L'ancien président américain Barack Obama a prononcé cette nuit un discours où il a accusé les grandes plateformes d'avoir largement amplifié "les pires instincts de l'humanité". "L'une des causes majeures de l'affaiblissement des démocraties tient au profond changement dans nos façons de communiquer et de nous informer", a-t-il déclaré devant des étudiants de Stanford, l'université au coeur de la Silicon Valley, en Californie.

Le leader démocrate a reconnu qu'il n'aurait "peut-être pas été élu" sans des sites comme MySpace ou Facebook, et a évoqué le travail bénéfique de sensibilisation et de mobilisation réalisé par des militants dans le monde entier, via les réseaux. Mais il a surtout détaillé le revers du succès de Facebook ou YouTube, dont le modèle économique - la publicité ciblée à grande échelle - repose sur l'économie de l'attention.

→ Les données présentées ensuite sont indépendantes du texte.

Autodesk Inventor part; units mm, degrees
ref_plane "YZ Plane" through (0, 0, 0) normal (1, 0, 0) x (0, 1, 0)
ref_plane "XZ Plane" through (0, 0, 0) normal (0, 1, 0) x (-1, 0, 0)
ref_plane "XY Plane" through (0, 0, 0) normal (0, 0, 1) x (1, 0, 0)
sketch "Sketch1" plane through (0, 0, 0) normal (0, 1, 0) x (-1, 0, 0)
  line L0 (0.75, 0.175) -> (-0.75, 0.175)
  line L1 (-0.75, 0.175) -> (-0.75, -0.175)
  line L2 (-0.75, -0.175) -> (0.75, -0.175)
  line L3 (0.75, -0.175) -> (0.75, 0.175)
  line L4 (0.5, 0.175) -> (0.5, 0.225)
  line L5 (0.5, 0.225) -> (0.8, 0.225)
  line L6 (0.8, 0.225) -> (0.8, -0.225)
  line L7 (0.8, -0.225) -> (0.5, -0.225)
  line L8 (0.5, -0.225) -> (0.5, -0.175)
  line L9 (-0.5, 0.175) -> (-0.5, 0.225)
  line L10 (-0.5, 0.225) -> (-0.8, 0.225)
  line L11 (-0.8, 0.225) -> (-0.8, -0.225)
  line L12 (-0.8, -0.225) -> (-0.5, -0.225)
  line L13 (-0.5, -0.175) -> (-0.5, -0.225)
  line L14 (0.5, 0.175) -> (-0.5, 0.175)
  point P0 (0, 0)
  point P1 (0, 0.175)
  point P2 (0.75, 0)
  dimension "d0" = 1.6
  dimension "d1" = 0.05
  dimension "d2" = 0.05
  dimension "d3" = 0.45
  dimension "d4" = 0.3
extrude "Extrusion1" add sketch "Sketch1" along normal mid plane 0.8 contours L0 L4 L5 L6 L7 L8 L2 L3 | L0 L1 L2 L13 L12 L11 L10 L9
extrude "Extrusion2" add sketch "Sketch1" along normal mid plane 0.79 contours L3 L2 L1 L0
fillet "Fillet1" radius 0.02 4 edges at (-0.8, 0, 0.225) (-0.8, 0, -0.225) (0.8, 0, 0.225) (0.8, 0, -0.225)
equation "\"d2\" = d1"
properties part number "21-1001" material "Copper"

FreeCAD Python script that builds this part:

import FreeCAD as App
import Part
import Sketcher
from FreeCAD import Vector
Q = App.Units.Quantity


def edges_at(feature, points):
    """Names of the edges that pass closest to the given points."""
    edges = feature.Shape.Edges
    near = lambda p: min(range(len(edges)), key=lambda i: edges[i].distToShape(Part.Vertex(*p))[0])
    return sorted({f"Edge{near(p) + 1}" for p in points})


def add_polygon(sketch, points):
    """Adds a closed chain of lines whose ends are joined by coincident constraints."""
    first, n = sketch.GeometryCount, len(points)
    for a, b in zip(points, points[1:] + points[:1]):
        sketch.addGeometry(Part.LineSegment(App.Vector(*a, 0), App.Vector(*b, 0)), False)
    for i in range(n):
        sketch.addConstraint(Sketcher.Constraint("Coincident", first + i, 2, first + (i + 1) % n, 1))

doc = App.newDocument("Part")
body = doc.addObject("PartDesign::Body", "Body")
body.AllowCompound = True

sketch1 = body.newObject("Sketcher::SketchObject", "Sketch")
sketch1.AttachmentSupport = (doc.getObject("XZ_Plane"), [""])
sketch1.MapMode = "FlatFace"
add_polygon(sketch1, [(-0.5, 0.17), (-0.75, 0.17), (-0.75, -0.17), (-0.5, -0.17), (-0.5, -0.23), (-0.8, -0.23), (-0.8, 0.23), (-0.5, 0.23)])
add_polygon(sketch1, [(0.75, 0.17), (0.5, 0.17), (0.5, 0.23), (0.8, 0.23), (0.8, -0.23), (0.5, -0.23), (0.5, -0.17), (0.75, -0.17)])
sketch1.addConstraint(Sketcher.Constraint("Horizontal", 0))
sketch1.addConstraint(Sketcher.Constraint("Vertical", 1))
sketch1.addConstraint(Sketcher.Constraint("Horizontal", 2))
sketch1.addConstraint(Sketcher.Constraint("Vertical", 3))
sketch1.addConstraint(Sketcher.Constraint("Horizontal", 4))
sketch1.addConstraint(Sketcher.Constraint("Vertical", 5))
sketch1.addConstraint(Sketcher.Constraint("Horizontal", 6))
sketch1.addConstraint(Sketcher.Constraint("Vertical", 7))
sketch1.addConstraint(Sketcher.Constraint("Horizontal", 8))
sketch1.addConstraint(Sketcher.Constraint("Vertical", 9))
sketch1.addConstraint(Sketcher.Constraint("Horizontal", 10))
sketch1.addConstraint(Sketcher.Constraint("Vertical", 11))
sketch1.addConstraint(Sketcher.Constraint("Horizontal", 12))
sketch1.addConstraint(Sketcher.Constraint("Vertical", 13))
sketch1.addConstraint(Sketcher.Constraint("Horizontal", 14))
sketch1.addConstraint(Sketcher.Constraint("Vertical", 15))
sketch1.addConstraint(Sketcher.Constraint("Symmetric", 2, 2, 8, 2, -1, 1))
sketch1.addConstraint(Sketcher.Constraint("Symmetric", 4, 2, 10, 2, -1, 1))
sketch1.addConstraint(Sketcher.Constraint("Symmetric", 6, 2, 12, 2, -1, 1))
sketch1.addConstraint(Sketcher.Constraint("Symmetric", 0, 2, 14, 2, -1, 1))
sketch1.addConstraint(Sketcher.Constraint("Symmetric", 7, 2, 8, 2, -2))
sketch1.addConstraint(Sketcher.Constraint("Horizontal", 6, 2, 9, 2))
sketch1.addConstraint(Sketcher.Constraint("DistanceX", 4, 2, 4, 1, Q("0.3 mm")))
sketch1.addConstraint(Sketcher.Constraint("DistanceY", 3, 2, 3, 1, Q("0.05 mm")))
sketch1.addConstraint(Sketcher.Constraint("DistanceY", 5, 1, 5, 2, Q("0.45 mm")))
sketch1.addConstraint(Sketcher.Constraint("DistanceX", 4, 2, 1, 2, Q("0.05 mm")))
sketch1.addConstraint(Sketcher.Constraint("DistanceX", 7, 2, 8, 2, Q("1 mm")))
pad1 = body.newObject("PartDesign::Pad", "Pad")
pad1.Profile = sketch1
pad1.Length = 0.8
pad1.Midplane = True

sketch2 = body.newObject("Sketcher::SketchObject", "Sketch001")
sketch2.AttachmentSupport = (doc.getObject("XZ_Plane"), [""])
sketch2.MapMode = "FlatFace"
add_polygon(sketch2, [(-0.75, -0.17), (-0.75, 0.17), (0.75, 0.17), (0.75, -0.17)])
sketch2.addConstraint(Sketcher.Constraint("Vertical", 0))
sketch2.addConstraint(Sketcher.Constraint("Horizontal", 1))
sketch2.addConstraint(Sketcher.Constraint("Vertical", 2))
sketch2.addConstraint(Sketcher.Constraint("Horizontal", 3))
sketch2.addConstraint(Sketcher.Constraint("Symmetric", 0, 2, 2, 2, -1, 1))
sketch2.addConstraint(Sketcher.Constraint("DistanceX", 1, 1, 1, 2, Q("1.5 mm")))
sketch2.addConstraint(Sketcher.Constraint("DistanceY", 0, 1, 0, 2, Q("0.35 mm")))
pad2 = body.newObject("PartDesign::Pad", "Pad001")
pad2.Profile = sketch2
pad2.Length = 0.79
pad2.Midplane = True
doc.recompute()

fillet = body.newObject("PartDesign::Fillet", "Fillet")
fillet.Base = (pad2, edges_at(pad2, [
    (-0.8, 0, 0.225),
    (-0.8, 0, -0.225),
    (0.8, 0, 0.225),
    (0.8, 0, -0.225),
]))
fillet.Radius = 0.02

doc.recompute()
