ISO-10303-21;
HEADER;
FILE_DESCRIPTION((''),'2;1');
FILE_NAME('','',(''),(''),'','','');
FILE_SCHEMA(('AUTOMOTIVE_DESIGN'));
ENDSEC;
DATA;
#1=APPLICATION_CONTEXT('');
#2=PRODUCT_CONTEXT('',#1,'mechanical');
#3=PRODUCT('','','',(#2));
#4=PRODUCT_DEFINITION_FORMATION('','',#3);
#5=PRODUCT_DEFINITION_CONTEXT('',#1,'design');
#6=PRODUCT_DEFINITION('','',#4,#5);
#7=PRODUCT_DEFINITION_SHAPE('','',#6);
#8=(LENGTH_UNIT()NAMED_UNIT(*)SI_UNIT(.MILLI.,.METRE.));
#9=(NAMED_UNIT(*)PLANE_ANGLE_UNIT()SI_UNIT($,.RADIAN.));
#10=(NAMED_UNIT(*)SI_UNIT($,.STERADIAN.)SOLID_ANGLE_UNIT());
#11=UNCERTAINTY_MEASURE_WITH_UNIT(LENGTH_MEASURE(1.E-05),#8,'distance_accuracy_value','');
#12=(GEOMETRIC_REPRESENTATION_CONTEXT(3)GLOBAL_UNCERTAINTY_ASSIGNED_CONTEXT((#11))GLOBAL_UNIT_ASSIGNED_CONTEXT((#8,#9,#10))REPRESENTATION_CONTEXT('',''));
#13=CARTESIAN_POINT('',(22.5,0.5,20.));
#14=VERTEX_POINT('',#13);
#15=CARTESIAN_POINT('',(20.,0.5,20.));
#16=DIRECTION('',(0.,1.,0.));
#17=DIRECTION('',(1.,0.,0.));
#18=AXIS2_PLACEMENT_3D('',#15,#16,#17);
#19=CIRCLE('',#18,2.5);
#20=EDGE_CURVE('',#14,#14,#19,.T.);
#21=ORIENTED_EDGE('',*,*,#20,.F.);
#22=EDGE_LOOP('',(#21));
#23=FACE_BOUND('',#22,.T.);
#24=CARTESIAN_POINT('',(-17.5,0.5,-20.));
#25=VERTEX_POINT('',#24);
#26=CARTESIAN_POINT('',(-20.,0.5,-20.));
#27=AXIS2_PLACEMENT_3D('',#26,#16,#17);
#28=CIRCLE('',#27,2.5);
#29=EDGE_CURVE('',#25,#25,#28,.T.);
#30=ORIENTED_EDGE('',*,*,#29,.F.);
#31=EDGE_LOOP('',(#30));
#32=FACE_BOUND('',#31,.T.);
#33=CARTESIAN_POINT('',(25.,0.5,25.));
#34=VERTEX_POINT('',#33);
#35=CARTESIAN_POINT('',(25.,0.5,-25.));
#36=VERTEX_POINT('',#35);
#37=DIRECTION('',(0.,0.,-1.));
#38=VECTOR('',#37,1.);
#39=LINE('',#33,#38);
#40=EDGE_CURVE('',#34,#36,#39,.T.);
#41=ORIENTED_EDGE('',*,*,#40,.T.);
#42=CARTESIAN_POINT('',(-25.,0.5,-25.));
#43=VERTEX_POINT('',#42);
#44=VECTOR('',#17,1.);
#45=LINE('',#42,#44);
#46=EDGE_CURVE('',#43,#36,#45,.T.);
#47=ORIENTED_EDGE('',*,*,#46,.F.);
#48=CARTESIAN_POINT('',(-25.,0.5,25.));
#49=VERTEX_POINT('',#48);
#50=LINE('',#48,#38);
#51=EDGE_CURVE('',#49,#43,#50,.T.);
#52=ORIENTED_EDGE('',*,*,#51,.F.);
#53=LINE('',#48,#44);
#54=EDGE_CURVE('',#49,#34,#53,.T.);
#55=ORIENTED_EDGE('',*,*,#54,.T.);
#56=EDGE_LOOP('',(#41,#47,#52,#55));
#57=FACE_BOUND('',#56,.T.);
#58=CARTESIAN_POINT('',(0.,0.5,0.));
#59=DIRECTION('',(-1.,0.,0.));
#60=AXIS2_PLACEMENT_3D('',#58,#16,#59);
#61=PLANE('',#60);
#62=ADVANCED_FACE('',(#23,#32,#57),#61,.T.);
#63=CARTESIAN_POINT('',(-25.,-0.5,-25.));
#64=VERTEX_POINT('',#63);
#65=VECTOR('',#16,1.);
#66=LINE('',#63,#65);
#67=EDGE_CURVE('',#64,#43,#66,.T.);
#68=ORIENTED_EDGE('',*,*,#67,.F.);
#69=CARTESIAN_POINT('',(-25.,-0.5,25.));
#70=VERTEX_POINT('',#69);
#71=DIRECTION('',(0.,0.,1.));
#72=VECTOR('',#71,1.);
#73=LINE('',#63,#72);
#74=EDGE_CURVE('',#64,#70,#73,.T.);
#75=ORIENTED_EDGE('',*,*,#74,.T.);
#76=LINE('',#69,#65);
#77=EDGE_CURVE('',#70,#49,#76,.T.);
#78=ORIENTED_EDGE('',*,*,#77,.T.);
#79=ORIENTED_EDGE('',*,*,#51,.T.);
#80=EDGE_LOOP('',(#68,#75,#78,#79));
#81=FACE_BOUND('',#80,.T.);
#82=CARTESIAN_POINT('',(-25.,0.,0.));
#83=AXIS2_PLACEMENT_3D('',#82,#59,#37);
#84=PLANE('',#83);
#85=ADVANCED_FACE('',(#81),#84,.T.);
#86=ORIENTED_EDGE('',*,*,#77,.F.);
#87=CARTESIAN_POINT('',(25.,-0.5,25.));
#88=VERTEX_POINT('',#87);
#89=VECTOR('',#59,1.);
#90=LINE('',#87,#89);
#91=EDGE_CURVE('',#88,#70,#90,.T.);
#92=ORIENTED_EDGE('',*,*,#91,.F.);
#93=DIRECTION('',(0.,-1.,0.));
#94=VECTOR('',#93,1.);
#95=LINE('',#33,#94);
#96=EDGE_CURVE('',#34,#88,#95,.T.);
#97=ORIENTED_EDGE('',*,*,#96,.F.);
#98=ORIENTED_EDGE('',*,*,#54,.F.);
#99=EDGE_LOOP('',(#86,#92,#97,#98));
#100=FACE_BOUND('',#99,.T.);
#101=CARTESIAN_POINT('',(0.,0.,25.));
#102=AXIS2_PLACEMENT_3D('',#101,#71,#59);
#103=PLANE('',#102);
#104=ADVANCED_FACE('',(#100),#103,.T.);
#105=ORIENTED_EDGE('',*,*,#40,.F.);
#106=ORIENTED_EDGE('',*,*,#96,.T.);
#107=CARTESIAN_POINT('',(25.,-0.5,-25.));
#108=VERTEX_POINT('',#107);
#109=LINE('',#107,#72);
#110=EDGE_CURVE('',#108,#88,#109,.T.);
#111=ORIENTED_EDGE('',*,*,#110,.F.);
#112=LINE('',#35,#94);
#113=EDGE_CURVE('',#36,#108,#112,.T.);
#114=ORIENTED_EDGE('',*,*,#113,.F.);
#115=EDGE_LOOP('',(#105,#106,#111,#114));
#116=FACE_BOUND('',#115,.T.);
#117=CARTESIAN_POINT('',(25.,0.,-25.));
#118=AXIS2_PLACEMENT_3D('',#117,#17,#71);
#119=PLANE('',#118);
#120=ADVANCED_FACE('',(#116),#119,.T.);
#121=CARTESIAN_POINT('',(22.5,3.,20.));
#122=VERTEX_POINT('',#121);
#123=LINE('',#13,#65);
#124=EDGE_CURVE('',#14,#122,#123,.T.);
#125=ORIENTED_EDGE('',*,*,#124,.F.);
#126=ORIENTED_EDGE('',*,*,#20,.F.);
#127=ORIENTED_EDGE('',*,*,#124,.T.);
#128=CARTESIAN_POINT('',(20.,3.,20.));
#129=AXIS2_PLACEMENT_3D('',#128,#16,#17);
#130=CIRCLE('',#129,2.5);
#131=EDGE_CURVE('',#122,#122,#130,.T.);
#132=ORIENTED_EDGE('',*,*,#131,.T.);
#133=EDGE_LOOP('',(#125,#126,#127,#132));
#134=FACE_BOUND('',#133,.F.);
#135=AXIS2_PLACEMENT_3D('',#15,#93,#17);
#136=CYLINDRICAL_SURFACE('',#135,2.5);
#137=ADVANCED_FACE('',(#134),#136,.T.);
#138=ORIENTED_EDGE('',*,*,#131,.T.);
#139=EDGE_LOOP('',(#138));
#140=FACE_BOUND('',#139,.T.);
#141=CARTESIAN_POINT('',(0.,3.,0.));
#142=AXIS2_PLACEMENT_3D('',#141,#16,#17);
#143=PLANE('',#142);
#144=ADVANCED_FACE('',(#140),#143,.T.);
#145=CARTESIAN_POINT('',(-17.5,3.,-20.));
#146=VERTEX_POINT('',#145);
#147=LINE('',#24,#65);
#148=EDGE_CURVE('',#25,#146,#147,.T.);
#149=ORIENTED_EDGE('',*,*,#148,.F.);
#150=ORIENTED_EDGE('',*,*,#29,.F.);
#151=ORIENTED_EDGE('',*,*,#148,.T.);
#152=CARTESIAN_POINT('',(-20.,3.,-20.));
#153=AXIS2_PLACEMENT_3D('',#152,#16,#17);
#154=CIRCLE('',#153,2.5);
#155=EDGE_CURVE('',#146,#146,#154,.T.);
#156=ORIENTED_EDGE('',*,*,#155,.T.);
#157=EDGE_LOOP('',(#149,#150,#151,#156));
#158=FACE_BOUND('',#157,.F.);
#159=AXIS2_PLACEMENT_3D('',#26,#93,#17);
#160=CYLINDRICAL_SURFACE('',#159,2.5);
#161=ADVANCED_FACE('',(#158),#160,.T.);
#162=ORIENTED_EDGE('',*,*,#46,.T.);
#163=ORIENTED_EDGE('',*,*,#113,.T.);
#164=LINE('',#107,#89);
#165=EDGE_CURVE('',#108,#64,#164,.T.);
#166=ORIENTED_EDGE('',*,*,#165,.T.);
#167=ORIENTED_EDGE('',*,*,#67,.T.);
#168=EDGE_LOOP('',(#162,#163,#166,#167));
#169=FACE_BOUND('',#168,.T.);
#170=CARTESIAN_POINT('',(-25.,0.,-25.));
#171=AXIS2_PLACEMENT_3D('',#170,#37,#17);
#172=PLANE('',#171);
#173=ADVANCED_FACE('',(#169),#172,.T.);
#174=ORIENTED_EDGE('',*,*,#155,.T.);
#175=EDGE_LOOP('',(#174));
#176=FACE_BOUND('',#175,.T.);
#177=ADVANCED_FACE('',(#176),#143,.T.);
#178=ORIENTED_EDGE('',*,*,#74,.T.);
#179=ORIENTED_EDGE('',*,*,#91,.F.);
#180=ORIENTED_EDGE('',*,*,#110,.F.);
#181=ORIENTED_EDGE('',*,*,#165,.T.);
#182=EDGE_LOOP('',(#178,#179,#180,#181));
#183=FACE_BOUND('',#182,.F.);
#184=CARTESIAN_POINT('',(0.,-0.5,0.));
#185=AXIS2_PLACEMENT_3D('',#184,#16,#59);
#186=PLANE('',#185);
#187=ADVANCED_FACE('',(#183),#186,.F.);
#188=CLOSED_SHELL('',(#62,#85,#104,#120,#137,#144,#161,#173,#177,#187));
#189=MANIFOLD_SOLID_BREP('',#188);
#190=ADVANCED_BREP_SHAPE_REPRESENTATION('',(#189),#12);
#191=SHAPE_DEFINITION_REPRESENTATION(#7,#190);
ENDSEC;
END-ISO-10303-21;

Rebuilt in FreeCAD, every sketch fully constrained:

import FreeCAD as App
import Part
import Sketcher
from FreeCAD import Vector
Q = App.Units.Quantity

doc = App.newDocument("Part")
params = doc.addObject("Spreadsheet::Sheet", "Params")
for row, (alias, value) in enumerate([
    ("sketch1_width", "50 mm"),
    ("pad1_length", "1 mm"),
    ("sketch2_diameter", "5 mm"),
    ("pad2_length", "2.5 mm"),
], start=1):
    params.set(f"A{row}", alias)
    params.set(f"B{row}", "=" + value)
    params.setAlias(f"B{row}", alias)

body = doc.addObject("PartDesign::Body", "Body")

sketch1 = doc.addObject("Sketcher::SketchObject", "Sketch")
body.addObject(sketch1)
sketch1.AttachmentSupport = (doc.XZ_Plane, [""])
sketch1.MapMode = "FlatFace"
sketch1.addGeometry(Part.LineSegment(Vector(-25, -25, 0), Vector(-25, 25, 0)), False)
sketch1.addGeometry(Part.LineSegment(Vector(-25, 25, 0), Vector(25, 25, 0)), False)
sketch1.addGeometry(Part.LineSegment(Vector(25, 25, 0), Vector(25, -25, 0)), False)
sketch1.addGeometry(Part.LineSegment(Vector(25, -25, 0), Vector(-25, -25, 0)), False)
sketch1.addConstraint(Sketcher.Constraint("Coincident", 0, 2, 1, 1))
sketch1.addConstraint(Sketcher.Constraint("Coincident", 1, 2, 2, 1))
sketch1.addConstraint(Sketcher.Constraint("Coincident", 2, 2, 3, 1))
sketch1.addConstraint(Sketcher.Constraint("Coincident", 3, 2, 0, 1))
sketch1.addConstraint(Sketcher.Constraint("Vertical", 0))
sketch1.addConstraint(Sketcher.Constraint("Horizontal", 1))
sketch1.addConstraint(Sketcher.Constraint("Vertical", 2))
sketch1.addConstraint(Sketcher.Constraint("Horizontal", 3))
sketch1.addConstraint(Sketcher.Constraint("Symmetric", 0, 2, 2, 2, -1, 1))
sketch1.addConstraint(Sketcher.Constraint("Equal", 3, 0))
sketch1.addConstraint(Sketcher.Constraint("DistanceX", 1, 1, 1, 2, Q("50 mm")))
sketch1.setExpression("Constraints[10]", "Params.sketch1_width")
pad1 = doc.addObject("PartDesign::Pad", "Pad")
body.addObject(pad1)
pad1.Profile = sketch1
pad1.setExpression("Length", "Params.pad1_length")
pad1.Midplane = True

sketch2 = doc.addObject("Sketcher::SketchObject", "Sketch001")
body.addObject(sketch2)
sketch2.AttachmentSupport = (doc.XZ_Plane, [""])
sketch2.MapMode = "FlatFace"
sketch2.AttachmentOffset = App.Placement(Vector(0, 0, -0.5), App.Rotation())
sketch2.addGeometry(Part.Circle(Vector(-20, -20, 0), Vector(0, 0, 1), 2.5), False)
sketch2.addGeometry(Part.Circle(Vector(20, 20, 0), Vector(0, 0, 1), 2.5), False)
sketch2.addConstraint(Sketcher.Constraint("Equal", 0, 1))
sketch2.addConstraint(Sketcher.Constraint("Symmetric", 0, 3, 1, 3, -1, 1))
sketch2.addConstraint(Sketcher.Constraint("Diameter", 0, Q("5 mm")))
sketch2.addConstraint(Sketcher.Constraint("DistanceX", 0, 3, -1, 1, Q("20 mm")))
sketch2.addConstraint(Sketcher.Constraint("DistanceY", 0, 3, -1, 1, Q("20 mm")))
sketch2.setExpression("Constraints[2]", "Params.sketch2_diameter")
pad2 = doc.addObject("PartDesign::Pad", "Pad001")
body.addObject(pad2)
pad2.Profile = sketch2
pad2.setExpression("Length", "Params.pad2_length")
pad2.Reversed = True

doc.recompute()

"Malheureusement, ce sont les contenus inflammatoires, polarisants qui attirent l'attention et encouragent la participation" des utilisateurs, a-t-il noté. L'ex chef d'Etat (2009-2017) s'est aussi étendu sur le phénomène de la désinformation, et s'est reproché de ne pas avoir suffisamment réalisé "à quel point nous étions devenus réceptifs aux mensonges et aux théories du complot" avant l'élection de Donald Trump, qui lui a succédé. "Poutine n'a pas fait ça. Il n'a pas eu besoin. Nous nous le sommes fait à nous-mêmes", a-t-il ajouté, évoquant les campagnes de manipulation des électeurs orchestrées depuis la Russie.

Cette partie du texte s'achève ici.